═══ RECORDS FOR THE TASK ═══

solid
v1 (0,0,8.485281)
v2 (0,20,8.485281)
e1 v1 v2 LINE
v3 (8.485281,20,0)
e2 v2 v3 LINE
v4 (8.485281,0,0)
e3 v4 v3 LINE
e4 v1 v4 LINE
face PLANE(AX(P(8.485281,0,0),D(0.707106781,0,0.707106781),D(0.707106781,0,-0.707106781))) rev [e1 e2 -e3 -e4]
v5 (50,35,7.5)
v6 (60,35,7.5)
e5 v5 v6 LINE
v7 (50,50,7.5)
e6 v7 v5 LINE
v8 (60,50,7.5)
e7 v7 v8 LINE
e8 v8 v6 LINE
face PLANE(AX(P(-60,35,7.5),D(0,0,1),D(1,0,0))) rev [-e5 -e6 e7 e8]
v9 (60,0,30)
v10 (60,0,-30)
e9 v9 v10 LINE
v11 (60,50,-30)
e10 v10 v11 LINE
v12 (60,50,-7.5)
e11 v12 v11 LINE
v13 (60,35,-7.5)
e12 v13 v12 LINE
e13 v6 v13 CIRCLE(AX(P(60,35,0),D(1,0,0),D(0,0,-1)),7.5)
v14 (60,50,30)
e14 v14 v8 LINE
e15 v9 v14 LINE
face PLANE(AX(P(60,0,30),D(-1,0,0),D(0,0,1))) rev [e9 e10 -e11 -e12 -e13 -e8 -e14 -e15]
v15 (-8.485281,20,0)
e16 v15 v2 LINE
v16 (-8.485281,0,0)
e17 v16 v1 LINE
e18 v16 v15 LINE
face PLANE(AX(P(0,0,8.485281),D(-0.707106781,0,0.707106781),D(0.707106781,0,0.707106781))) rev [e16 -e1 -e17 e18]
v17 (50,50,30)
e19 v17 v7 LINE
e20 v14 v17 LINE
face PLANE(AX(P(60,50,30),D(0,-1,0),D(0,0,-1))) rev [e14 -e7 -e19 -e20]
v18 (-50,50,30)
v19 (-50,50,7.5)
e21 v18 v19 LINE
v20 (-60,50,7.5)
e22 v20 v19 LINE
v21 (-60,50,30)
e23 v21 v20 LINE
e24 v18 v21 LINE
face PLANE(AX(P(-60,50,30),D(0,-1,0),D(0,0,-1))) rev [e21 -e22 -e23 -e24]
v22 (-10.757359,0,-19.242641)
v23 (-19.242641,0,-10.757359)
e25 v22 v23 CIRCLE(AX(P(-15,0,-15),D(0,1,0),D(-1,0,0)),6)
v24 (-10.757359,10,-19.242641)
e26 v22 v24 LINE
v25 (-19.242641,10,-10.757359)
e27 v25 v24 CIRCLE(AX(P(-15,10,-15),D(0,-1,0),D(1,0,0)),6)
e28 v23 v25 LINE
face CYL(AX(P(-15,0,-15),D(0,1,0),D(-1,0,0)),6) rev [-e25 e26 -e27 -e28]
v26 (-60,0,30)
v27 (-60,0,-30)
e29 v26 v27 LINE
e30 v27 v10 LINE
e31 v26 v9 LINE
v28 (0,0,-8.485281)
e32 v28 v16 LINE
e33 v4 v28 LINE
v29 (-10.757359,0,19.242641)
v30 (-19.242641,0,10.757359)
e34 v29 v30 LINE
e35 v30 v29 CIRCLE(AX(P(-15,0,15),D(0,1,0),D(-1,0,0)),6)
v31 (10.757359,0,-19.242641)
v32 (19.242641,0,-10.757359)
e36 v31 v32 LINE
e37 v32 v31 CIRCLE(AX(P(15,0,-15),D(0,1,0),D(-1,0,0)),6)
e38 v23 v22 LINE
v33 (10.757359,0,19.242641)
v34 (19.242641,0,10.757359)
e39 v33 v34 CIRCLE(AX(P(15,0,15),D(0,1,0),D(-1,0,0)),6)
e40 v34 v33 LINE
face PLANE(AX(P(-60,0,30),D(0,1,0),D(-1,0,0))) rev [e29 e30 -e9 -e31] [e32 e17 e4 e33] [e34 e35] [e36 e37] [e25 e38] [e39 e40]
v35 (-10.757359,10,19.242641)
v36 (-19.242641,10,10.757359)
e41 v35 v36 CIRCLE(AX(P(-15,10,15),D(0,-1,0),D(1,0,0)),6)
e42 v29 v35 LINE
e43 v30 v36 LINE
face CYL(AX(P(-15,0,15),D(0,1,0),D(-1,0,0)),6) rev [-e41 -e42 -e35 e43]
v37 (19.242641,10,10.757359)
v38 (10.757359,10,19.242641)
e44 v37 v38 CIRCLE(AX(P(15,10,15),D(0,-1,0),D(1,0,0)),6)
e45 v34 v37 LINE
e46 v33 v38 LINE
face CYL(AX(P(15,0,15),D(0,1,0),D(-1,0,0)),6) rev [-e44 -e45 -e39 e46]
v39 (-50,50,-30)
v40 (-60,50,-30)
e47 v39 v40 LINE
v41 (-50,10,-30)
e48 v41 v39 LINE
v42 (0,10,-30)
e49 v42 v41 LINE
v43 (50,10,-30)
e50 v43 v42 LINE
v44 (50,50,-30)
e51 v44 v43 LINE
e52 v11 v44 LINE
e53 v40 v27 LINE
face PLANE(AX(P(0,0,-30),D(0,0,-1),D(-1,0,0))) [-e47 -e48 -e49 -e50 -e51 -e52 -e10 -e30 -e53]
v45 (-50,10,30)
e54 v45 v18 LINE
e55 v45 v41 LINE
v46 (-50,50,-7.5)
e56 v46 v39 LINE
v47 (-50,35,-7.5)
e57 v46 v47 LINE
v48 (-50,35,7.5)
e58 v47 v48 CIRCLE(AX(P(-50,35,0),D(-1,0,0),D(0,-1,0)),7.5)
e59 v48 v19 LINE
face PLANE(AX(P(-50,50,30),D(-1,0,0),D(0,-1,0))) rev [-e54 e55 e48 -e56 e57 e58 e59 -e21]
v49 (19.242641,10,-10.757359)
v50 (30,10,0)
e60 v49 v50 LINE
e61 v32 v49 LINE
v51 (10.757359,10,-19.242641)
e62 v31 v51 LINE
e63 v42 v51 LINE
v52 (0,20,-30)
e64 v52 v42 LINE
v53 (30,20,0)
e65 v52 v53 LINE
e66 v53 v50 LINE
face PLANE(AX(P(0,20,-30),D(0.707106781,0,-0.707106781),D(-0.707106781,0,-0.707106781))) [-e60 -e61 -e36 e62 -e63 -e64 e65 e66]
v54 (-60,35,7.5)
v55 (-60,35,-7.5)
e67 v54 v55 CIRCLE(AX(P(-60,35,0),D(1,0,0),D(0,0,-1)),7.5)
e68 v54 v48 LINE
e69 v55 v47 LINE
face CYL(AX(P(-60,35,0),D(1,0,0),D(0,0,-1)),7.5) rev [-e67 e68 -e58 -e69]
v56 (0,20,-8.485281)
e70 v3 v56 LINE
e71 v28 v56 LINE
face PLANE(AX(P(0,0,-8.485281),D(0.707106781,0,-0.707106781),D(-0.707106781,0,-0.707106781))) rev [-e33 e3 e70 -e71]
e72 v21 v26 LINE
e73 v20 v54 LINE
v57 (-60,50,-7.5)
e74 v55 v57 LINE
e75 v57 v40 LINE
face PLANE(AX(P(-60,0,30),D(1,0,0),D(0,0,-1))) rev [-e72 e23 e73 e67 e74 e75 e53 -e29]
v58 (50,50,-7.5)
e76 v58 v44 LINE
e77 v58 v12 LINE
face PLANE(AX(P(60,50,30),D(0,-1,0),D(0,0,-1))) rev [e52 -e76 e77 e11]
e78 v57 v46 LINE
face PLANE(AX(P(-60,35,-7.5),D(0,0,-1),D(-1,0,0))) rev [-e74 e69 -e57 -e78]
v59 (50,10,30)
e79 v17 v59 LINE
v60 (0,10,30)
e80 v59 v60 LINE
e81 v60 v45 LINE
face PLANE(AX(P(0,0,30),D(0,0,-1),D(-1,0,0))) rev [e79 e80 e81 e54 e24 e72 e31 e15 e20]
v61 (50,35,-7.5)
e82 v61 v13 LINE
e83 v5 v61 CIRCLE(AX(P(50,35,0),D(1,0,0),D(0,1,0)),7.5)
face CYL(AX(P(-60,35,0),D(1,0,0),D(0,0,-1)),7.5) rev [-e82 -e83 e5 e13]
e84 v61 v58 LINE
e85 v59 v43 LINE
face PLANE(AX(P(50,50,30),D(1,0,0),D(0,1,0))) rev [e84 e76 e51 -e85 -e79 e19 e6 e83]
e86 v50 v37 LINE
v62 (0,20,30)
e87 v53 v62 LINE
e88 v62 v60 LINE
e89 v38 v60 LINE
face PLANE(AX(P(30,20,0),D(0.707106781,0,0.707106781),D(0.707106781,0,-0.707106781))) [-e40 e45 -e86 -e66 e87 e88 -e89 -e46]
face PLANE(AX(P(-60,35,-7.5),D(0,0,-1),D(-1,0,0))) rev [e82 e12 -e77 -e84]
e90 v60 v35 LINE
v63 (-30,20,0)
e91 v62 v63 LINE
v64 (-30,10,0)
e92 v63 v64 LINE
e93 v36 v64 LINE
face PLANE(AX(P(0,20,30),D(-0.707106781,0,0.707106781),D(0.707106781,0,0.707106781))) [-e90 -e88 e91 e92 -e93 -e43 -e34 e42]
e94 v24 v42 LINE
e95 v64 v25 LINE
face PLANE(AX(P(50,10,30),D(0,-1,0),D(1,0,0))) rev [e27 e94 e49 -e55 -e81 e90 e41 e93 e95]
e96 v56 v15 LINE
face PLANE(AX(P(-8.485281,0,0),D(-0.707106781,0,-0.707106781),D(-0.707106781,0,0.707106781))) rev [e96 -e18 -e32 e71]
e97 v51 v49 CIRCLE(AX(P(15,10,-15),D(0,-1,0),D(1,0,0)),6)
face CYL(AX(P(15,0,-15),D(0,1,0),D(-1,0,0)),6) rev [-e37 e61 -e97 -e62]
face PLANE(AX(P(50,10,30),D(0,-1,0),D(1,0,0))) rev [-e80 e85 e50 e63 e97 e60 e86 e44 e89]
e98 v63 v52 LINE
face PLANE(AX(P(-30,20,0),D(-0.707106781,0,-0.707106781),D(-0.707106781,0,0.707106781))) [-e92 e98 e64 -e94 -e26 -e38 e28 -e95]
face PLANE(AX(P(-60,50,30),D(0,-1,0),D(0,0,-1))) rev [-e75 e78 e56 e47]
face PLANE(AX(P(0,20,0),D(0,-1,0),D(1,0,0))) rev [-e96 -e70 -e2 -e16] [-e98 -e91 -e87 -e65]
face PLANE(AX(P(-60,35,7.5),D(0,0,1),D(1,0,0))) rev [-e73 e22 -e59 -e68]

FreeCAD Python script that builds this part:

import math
import FreeCAD as App
import Part
import Sketcher
from FreeCAD import Vector


def add_polygon(sketch, points):
    """Adds a closed chain of lines whose ends are joined by coincident constraints."""
    first, n = sketch.GeometryCount, len(points)
    for a, b in zip(points, points[1:] + points[:1]):
        sketch.addGeometry(Part.LineSegment(App.Vector(*a, 0), App.Vector(*b, 0)), False)
    for i in range(n):
        sketch.addConstraint(Sketcher.Constraint("Coincident", first + i, 2, first + (i + 1) % n, 1))

doc = App.newDocument("Part")
body = doc.addObject("PartDesign::Body", "Body")

# Sketch on XY plane
sketch1 = body.newObject("Sketcher::SketchObject", "Sketch")
sketch1.AttachmentSupport = (doc.getObject("XY_Plane"), [""])
sketch1.MapMode = "FlatFace"
add_polygon(sketch1, [(-60, 0), (60, 0), (60, 50), (50, 50), (50, 10), (-50, 10), (-50, 50), (-60, 50)])  # lines 0-7
sketch1.addConstraint(Sketcher.Constraint("Horizontal", 0))
sketch1.addConstraint(Sketcher.Constraint("Vertical", 1))
sketch1.addConstraint(Sketcher.Constraint("Horizontal", 2))
sketch1.addConstraint(Sketcher.Constraint("Vertical", 3))
sketch1.addConstraint(Sketcher.Constraint("Horizontal", 4))
sketch1.addConstraint(Sketcher.Constraint("Vertical", 5))
sketch1.addConstraint(Sketcher.Constraint("Horizontal", 6))
sketch1.addConstraint(Sketcher.Constraint("Vertical", 7))
sketch1.addConstraint(Sketcher.Constraint("Symmetric", 0, 2, 7, 2, -1, 1))
sketch1.addConstraint(Sketcher.Constraint("Symmetric", 2, 2, 5, 2, -2))
sketch1.addConstraint(Sketcher.Constraint("DistanceX", 0, 1, 0, 2, 120.0))
sketch1.addConstraint(Sketcher.Constraint("DistanceX", 2, 2, 2, 1, 10.0))
sketch1.addConstraint(Sketcher.Constraint("DistanceY", 1, 1, 1, 2, 50.0))
sketch1.addConstraint(Sketcher.Constraint("DistanceY", 3, 2, 3, 1, 40.0))
pad1 = body.newObject("PartDesign::Pad", "Pad")
pad1.Profile = sketch1
pad1.Length = 60
pad1.Midplane = True

# Sketch on YZ plane
sketch2 = body.newObject("Sketcher::SketchObject", "Sketch001")
sketch2.AttachmentSupport = (doc.getObject("YZ_Plane"), [""])
sketch2.MapMode = "FlatFace"
sketch2.AttachmentOffset = App.Placement(Vector(0, 0, 60), App.Rotation())
sketch2.addGeometry(Part.LineSegment(Vector(50, 7.5, 0), Vector(35, 7.5, 0)), False)
sketch2.addGeometry(Part.ArcOfCircle(Part.Circle(Vector(35, 0, 0), Vector(0, 0, 1), 7.5), math.radians(90), math.radians(270)), False)
sketch2.addGeometry(Part.LineSegment(Vector(35, -7.5, 0), Vector(50, -7.5, 0)), False)
sketch2.addGeometry(Part.LineSegment(Vector(50, -7.5, 0), Vector(50, 7.5, 0)), False)
sketch2.addConstraint(Sketcher.Constraint("Tangent", 0, 2, 1, 1))
sketch2.addConstraint(Sketcher.Constraint("Tangent", 1, 2, 2, 1))
sketch2.addConstraint(Sketcher.Constraint("Coincident", 2, 2, 3, 1))
sketch2.addConstraint(Sketcher.Constraint("Coincident", 3, 2, 0, 1))
sketch2.addConstraint(Sketcher.Constraint("Horizontal", 0))
sketch2.addConstraint(Sketcher.Constraint("Horizontal", 2))
sketch2.addConstraint(Sketcher.Constraint("Vertical", 3))
sketch2.addConstraint(Sketcher.Constraint("PointOnObject", 1, 3, -1))
sketch2.addConstraint(Sketcher.Constraint("Equal", 2, 3))
sketch2.addConstraint(Sketcher.Constraint("Radius", 1, 7.5))
sketch2.addConstraint(Sketcher.Constraint("DistanceX", -1, 1, 1, 3, 35.0))
pocket1 = body.newObject("PartDesign::Pocket", "Pocket")
pocket1.Profile = sketch2
pocket1.Type = "ThroughAll"

# Sketch on XZ plane
sketch3 = body.newObject("Sketcher::SketchObject", "Sketch002")
sketch3.AttachmentSupport = (doc.getObject("XZ_Plane"), [""])
sketch3.MapMode = "FlatFace"
sketch3.AttachmentOffset = App.Placement(Vector(0, 0, -10), App.Rotation())
add_polygon(sketch3, [(30, 0), (0, -30), (-30, 0), (0, 30)])  # lines 0-3
sketch3.addConstraint(Sketcher.Constraint("Symmetric", 0, 2, 2, 2, -1, 1))
sketch3.addConstraint(Sketcher.Constraint("Symmetric", 1, 2, 3, 2, -1, 1))
sketch3.addConstraint(Sketcher.Constraint("PointOnObject", 0, 2, -2))
sketch3.addConstraint(Sketcher.Constraint("PointOnObject", 1, 2, -1))
sketch3.addConstraint(Sketcher.Constraint("Perpendicular", 0, 1))
sketch3.addConstraint(Sketcher.Constraint("DistanceY", 0, 2, -1, 1, 30.0))
pad2 = body.newObject("PartDesign::Pad", "Pad001")
pad2.Profile = sketch3
pad2.Length = 10
pad2.Reversed = True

═══

TASK STATEMENT.
Taking the material above, extract exactly and only the lines from the line with "v62 (0,20,30)" to the line with "-e18 -e32 e71]", inclusive of both.

PROBLEM SOLUTION.
v62 (0,20,30)
e87 v53 v62 LINE
e88 v62 v60 LINE
e89 v38 v60 LINE
face PLANE(AX(P(30,20,0),D(0.707106781,0,0.707106781),D(0.707106781,0,-0.707106781))) [-e40 e45 -e86 -e66 e87 e88 -e89 -e46]
face PLANE(AX(P(-60,35,-7.5),D(0,0,-1),D(-1,0,0))) rev [e82 e12 -e77 -e84]
e90 v60 v35 LINE
v63 (-30,20,0)
e91 v62 v63 LINE
v64 (-30,10,0)
e92 v63 v64 LINE
e93 v36 v64 LINE
face PLANE(AX(P(0,20,30),D(-0.707106781,0,0.707106781),D(0.707106781,0,0.707106781))) [-e90 -e88 e91 e92 -e93 -e43 -e34 e42]
e94 v24 v42 LINE
e95 v64 v25 LINE
face PLANE(AX(P(50,10,30),D(0,-1,0),D(1,0,0))) rev [e27 e94 e49 -e55 -e81 e90 e41 e93 e95]
e96 v56 v15 LINE
face PLANE(AX(P(-8.485281,0,0),D(-0.707106781,0,-0.707106781),D(-0.707106781,0,0.707106781))) rev [e96 -e18 -e32 e71]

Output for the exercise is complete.